Microsoft turns to TAFE to help fill 300,000 tech job shortfall and prevent Optus-style cyber attacks
Universities alone can’t deliver the hundreds of thousands of tech jobs Australia needs by 2030, prompting Microsoft to partner with TAFE and others to create ‘bite-sized’ upskilling.
Microsoft is tapping the TAFE sector to help fill the 300,000 shortfall in tech jobs Australia will need by the end of the decade, saying that the country’s universities alone can’t meet surging demand.
The US tech behemoth has committed to train an extra 300,000 students to “succeed in the digital economy” via its global skills program and in a collaboration with TAFE NSW after it unveiled a $5bn data centre and cybersecurity investment in Australia.
Microsoft Australia New Zealand managing director Steven Worrall said the training was an essential part of the investment and partnering with TAFE and advocating more micro-credentials would allow Australians to take “bite-sized approaches” in gaining tech qualifications.
It comes as Australia is facing a national security crisis as the proportion of high school students studying advanced maths has plummeted to an all-time low, with education experts warning the country risks not being able to defend itself fully against escalating cyber assaults.
Already, some of Australia’s biggest companies have been the target of cyber attacks – including Medibank, Optus and Latitude Financial – with hacks also increasingly becoming a tactic of conventional warfare, as experienced in Ukraine and Israel/Gaza conflicts.
This means more of Australians’ sensitive data risks being accessed by cyber criminals and ransomed, and if companies don’t pay up – which governments advise them not to do – being leaked on the dark web and elsewhere.
“The Tech Council of Australia has told us that, by 2030, we should have 1.2 million workers in the tech sector,” Mr Worrall said. “Today there’s about 875,000 and we know that in our universities … there are about 6000 (STEM qualified graduates) a year in total.
“We’re not going to fill those roles by simply looking at the traditional pipeline of traditional pathways. So, our Global Skills program democratises access to skills that relate to AI and machine learning, cyber (security) so more and more people can upskill and get a foot on the ladder to get into the tech sector.”

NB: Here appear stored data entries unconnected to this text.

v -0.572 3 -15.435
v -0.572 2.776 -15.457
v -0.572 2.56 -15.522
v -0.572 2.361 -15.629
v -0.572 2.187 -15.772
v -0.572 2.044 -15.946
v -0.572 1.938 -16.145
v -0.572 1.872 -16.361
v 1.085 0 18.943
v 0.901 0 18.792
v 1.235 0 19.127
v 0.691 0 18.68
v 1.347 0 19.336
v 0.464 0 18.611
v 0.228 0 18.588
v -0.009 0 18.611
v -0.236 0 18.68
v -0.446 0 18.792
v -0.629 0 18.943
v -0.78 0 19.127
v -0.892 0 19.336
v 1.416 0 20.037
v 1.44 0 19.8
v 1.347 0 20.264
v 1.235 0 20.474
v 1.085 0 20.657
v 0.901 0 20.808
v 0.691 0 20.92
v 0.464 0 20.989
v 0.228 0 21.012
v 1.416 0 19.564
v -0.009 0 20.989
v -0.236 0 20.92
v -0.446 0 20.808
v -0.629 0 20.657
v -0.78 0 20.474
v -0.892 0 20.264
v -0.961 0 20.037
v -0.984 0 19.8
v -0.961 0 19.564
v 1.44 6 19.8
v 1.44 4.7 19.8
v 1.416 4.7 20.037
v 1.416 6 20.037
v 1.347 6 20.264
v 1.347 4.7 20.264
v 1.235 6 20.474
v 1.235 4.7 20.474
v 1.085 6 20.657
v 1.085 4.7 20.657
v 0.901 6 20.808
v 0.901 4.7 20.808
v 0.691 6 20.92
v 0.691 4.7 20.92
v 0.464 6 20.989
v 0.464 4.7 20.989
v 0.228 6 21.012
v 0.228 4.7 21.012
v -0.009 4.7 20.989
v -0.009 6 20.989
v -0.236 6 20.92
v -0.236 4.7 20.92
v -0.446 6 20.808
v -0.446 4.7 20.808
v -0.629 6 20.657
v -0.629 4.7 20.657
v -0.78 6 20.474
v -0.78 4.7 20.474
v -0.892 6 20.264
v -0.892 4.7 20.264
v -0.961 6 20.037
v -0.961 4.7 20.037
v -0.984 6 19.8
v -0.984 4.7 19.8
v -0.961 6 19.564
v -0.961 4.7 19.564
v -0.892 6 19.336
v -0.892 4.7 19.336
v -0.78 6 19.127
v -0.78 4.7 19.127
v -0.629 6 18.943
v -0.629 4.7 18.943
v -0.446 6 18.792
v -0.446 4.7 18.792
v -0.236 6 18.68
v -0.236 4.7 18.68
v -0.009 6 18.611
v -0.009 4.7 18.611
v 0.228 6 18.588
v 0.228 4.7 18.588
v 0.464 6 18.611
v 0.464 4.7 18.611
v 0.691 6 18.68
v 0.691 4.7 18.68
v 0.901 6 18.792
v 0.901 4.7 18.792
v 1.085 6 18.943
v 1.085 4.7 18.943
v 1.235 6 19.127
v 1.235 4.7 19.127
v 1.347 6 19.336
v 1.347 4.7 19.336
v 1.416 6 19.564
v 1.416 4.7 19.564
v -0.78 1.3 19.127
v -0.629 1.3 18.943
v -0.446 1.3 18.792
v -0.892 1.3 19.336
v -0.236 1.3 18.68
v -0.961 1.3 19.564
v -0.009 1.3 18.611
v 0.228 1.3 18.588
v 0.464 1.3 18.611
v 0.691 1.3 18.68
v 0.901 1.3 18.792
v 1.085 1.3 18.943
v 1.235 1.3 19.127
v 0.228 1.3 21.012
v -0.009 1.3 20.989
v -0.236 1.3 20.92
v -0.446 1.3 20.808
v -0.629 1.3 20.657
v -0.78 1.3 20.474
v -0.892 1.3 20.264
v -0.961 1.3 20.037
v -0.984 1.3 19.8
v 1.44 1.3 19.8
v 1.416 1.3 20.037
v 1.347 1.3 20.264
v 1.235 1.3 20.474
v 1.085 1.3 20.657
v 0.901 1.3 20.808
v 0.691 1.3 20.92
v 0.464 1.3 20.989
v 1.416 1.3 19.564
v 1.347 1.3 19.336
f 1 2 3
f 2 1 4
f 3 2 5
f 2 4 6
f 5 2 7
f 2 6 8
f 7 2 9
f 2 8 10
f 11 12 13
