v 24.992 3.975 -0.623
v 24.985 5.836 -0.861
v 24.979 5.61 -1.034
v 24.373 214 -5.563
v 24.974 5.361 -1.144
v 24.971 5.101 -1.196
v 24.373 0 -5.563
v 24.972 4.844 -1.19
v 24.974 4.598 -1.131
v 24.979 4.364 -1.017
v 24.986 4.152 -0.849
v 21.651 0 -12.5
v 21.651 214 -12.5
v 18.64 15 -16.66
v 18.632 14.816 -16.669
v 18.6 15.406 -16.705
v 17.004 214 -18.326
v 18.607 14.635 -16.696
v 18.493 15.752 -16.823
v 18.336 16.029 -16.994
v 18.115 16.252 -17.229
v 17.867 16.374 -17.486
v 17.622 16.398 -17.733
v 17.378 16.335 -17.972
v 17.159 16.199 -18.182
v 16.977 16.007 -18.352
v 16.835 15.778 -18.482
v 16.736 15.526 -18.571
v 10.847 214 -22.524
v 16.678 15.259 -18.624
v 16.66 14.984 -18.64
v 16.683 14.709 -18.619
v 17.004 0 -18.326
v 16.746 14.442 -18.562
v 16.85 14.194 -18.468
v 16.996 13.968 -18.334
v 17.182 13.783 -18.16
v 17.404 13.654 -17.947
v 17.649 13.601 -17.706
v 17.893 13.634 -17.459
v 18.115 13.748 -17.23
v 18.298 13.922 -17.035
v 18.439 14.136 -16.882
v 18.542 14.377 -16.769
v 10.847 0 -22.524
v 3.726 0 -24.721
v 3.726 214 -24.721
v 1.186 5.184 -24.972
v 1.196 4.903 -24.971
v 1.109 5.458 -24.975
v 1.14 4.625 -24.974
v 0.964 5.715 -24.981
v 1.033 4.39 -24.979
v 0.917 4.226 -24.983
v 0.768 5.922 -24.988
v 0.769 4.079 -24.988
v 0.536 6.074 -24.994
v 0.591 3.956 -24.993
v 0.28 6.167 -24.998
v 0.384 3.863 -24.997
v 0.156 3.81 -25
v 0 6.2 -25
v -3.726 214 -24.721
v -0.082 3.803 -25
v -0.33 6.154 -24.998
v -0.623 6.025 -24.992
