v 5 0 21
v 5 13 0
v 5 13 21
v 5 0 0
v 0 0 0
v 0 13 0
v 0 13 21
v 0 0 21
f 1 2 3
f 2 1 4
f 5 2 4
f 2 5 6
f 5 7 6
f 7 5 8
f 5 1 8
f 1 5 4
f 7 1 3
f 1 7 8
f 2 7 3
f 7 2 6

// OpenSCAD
translate([2.5, 3.5, 1.5]) color([0.8774574539285279, 0.35307108172351365, 0.4582943249787391]) cube([5, 7, 3], center=true);
translate([2.5, 3.5, 4.5]) color([0.6318794317305464, 0.5161242981674495, 0.9564683485665337]) cube([5, 7, 3], center=true);
translate([2.5, 3.5, 7.5]) color([0.9547176774381221, 0.9297598506094263, 0.9340763496652581]) cube([5, 7, 3], center=true);
translate([2.5, 3.5, 10.5]) color([0.580960135568696, 0.49020206373000297, 0.7041168173823689]) cube([5, 7, 3], center=true);
translate([2.5, 3.5, 13.5]) color([0.21541959298546798, 0.26587203921552827, 0.04380725363309168]) cube([5, 7, 3], center=true);
translate([2.5, 3.5, 16.5]) color([0.16285754255803098, 0.0038745499388105342, 0.6546275765234981]) cube([5, 7, 3], center=true);
translate([2.5, 3.5, 19.5]) color([0.14040698903568194, 0.7866793455760521, 0.680503995881725]) cube([5, 7, 3], center=true);
translate([2.5, 8.5, 3.5]) color([0.9706757933544957, 0.3965144869518913, 0.9213919134510528]) cube([5, 3, 7], center=true);
translate([2.5, 8.5, 10.5]) color([0.4537041723195332, 0.3395037398362071, 0.10233886991705377]) cube([5, 3, 7], center=true);
translate([2.5, 8.5, 17.5]) color([0.8828321850718597, 0.7947901585625868, 0.3229289765350606]) cube([5, 3, 7], center=true);
translate([2.5, 11.5, 3.5]) color([0.45574438492562896, 0.32514346581324827, 0.028829116538094723]) cube([5, 3, 7], center=true);
translate([2.5, 11.5, 8.0]) color([0.04435252539911694, 0.3687041258820589, 0.20959132812878367]) cube([5, 3, 2], center=true);
translate([2.5, 11.5, 10.0]) color([0.5245146032105923, 0.1877850356496189, 0.2016215864664097]) cube([5, 3, 2], center=true);
translate([2.5, 11.5, 12.0]) color([0.6726678813176303, 0.7356026567617159, 0.31223209587410494]) cube([5, 3, 2], center=true);
translate([2.5, 11.5, 14.0]) color([0.8599943994333726, 0.2546391746557106, 0.34394037628155716]) cube([5, 3, 2], center=true);
translate([2.5, 11.5, 16.0]) color([0.712480390369609, 0.04450290132920964, 0.934183460116191]) cube([5, 3, 2], center=true);
translate([2.5, 11.5, 18.0]) color([0.07233773178762537, 0.4609310589380602, 0.7246048259600892]) cube([5, 3, 2], center=true);
translate([2.5, 11.5, 20.0]) color([0.04746853498479808, 0.8090026856371774, 0.9788933433114139]) cube([5, 3, 2], center=true);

Despite most of the world’s most valuable companies operating in the tech sector, there has been a resistance to studying STEM or science, technology, engineering and mathematics. According to the Australian Mathematical Sciences Institute the number of year 12 students enrolled in one or more maths subjects has dived from an average of 71-73 per cent to 66 per cent. But tech companies are partly to blame for the dearth of STEM graduates.

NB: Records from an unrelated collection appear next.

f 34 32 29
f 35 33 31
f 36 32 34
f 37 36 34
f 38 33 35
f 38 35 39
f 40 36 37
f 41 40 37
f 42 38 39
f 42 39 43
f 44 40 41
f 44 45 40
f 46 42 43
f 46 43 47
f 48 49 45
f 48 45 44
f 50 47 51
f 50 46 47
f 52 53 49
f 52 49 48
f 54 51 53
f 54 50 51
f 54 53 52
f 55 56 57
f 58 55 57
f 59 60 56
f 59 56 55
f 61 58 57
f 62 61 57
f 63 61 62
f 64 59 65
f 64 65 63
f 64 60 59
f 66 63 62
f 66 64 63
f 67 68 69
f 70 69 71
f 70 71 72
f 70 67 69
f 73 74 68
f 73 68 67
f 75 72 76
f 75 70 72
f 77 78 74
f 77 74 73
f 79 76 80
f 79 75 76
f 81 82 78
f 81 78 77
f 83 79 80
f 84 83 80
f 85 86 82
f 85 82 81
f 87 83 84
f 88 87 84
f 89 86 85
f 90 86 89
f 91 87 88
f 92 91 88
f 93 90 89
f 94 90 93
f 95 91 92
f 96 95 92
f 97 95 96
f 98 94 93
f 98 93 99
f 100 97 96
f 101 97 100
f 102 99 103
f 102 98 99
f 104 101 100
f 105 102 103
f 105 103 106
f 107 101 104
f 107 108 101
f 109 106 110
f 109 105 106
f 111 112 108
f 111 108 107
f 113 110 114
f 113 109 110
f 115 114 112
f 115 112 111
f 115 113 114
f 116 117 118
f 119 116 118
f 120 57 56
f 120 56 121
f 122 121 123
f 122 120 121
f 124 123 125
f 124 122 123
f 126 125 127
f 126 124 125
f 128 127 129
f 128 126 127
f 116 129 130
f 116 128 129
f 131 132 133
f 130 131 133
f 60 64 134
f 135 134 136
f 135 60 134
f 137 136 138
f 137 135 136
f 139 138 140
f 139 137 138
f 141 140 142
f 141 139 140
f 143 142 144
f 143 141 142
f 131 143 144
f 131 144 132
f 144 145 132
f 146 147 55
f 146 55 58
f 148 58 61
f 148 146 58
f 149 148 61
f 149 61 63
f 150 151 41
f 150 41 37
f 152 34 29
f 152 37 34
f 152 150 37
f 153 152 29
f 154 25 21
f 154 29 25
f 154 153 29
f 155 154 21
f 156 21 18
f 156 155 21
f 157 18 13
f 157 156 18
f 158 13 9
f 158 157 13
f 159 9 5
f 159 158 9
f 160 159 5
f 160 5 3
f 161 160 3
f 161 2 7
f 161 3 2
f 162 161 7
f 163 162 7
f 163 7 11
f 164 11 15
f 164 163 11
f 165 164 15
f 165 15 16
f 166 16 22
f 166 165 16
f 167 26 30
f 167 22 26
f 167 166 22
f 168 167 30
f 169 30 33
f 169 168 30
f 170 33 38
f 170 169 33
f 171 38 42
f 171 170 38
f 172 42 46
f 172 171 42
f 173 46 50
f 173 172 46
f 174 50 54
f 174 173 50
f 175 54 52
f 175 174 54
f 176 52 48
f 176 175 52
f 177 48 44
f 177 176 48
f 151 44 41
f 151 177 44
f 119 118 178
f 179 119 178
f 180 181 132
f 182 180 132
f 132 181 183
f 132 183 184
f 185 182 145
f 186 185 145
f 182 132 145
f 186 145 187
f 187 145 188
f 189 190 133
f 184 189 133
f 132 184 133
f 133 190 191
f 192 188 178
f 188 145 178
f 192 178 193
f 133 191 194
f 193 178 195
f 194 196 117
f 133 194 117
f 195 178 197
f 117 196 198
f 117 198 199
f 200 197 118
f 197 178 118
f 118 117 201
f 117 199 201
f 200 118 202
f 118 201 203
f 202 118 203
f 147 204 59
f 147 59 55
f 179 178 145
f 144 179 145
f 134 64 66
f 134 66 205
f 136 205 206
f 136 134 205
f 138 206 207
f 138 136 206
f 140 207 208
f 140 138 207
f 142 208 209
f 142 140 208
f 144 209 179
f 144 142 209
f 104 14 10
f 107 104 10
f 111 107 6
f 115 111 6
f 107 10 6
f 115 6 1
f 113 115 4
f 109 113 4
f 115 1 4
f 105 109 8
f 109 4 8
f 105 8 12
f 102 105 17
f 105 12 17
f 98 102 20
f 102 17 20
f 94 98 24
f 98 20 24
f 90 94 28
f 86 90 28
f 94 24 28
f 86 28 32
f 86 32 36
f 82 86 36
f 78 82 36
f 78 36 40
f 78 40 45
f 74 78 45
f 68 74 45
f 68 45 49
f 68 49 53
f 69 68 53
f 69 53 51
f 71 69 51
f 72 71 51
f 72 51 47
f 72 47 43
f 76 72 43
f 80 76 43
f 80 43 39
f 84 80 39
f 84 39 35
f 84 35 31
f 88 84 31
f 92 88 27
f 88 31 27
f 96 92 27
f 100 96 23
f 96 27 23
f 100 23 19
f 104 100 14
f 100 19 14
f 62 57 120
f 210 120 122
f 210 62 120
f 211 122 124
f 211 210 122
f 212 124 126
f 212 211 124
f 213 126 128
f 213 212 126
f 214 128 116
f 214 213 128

Citing Accenture research commissioned by Microsoft, Mr Worrall said companies were filtering out potentially high-performing candidates, with 90 per cent of job advertisements for STEM roles stipulating a bachelor’s degree or higher qualification. “We screen out too much talent before they understand or have an opportunity to progress further,” he said. “We know for STEM-related graduates in the country one in three women, one in 20 have a disability and one in 100 have a First Nations background. So, well before a woman or someone with a disability or First Nations candidate has ever got to the front door of the university … they’d been screened out because the opportunity wasn’t provided, because they didn’t see enough role models, because they didn’t think it was for them.
“We need to continue to grapple with (this problem) as a nation so that we can transform our economy and ensure that more and more people can get into the sector over time.”
Mr Worrall said partnering with TAFE allowed people to gain qualifications in a shorter time frame, often while continuing to work in their existing jobs, to gain career advancement.
“Tech is a vertical but it’s also a horizontal, and so there are tech roles in every organisation. And so, imagine somebody who is not in a tech-dependent role today who would like to go into tech but they might have a family, they might be mid-career, the chances that they’re going to say, ‘That’s cool, I’ll take three years out to do a bachelor’s degree,’ I mean, it doesn’t happen. It’s a massive obstacle.
“So it’s these micro-credentials, these new pathways, that allow people to do part-time study, take bite-sized approaches to pick up the exact skills that they need for that next step. And we’re working very hard with our partners across the sector to create those new pathways.”
Microsoft will also collaborate with the Australian Signals Directorate to strengthen Australia’s cyber defences, developing a MACS, which stands for Microsoft-Australian Signals Directorate Cyber Shield.
“Leveraging knowledge of industry, in this case to complement and supplement the government‘s defences, makes a lot of sense,” Mr Worrall said.
“Cyber is continuing to be an attack vector in other ways as well. In Ukraine, a very public example, we’ve seen over the years, very clearly directed state-based activity to destabilise the regime … and be the precursor to a range of other activities.”
Anthony Albanese praised Microsoft’s investment and partnership with TAFE NSW, which will involve the creation of a data centre academy, that will take enrolments from early 2024 and train 200 students in its first two years of operating.
“A priority for my government is to ensure all Australians benefit from economic growth. This means that we need to provide the skills to enable Australians to succeed in the jobs of the future,” the Prime Minister said.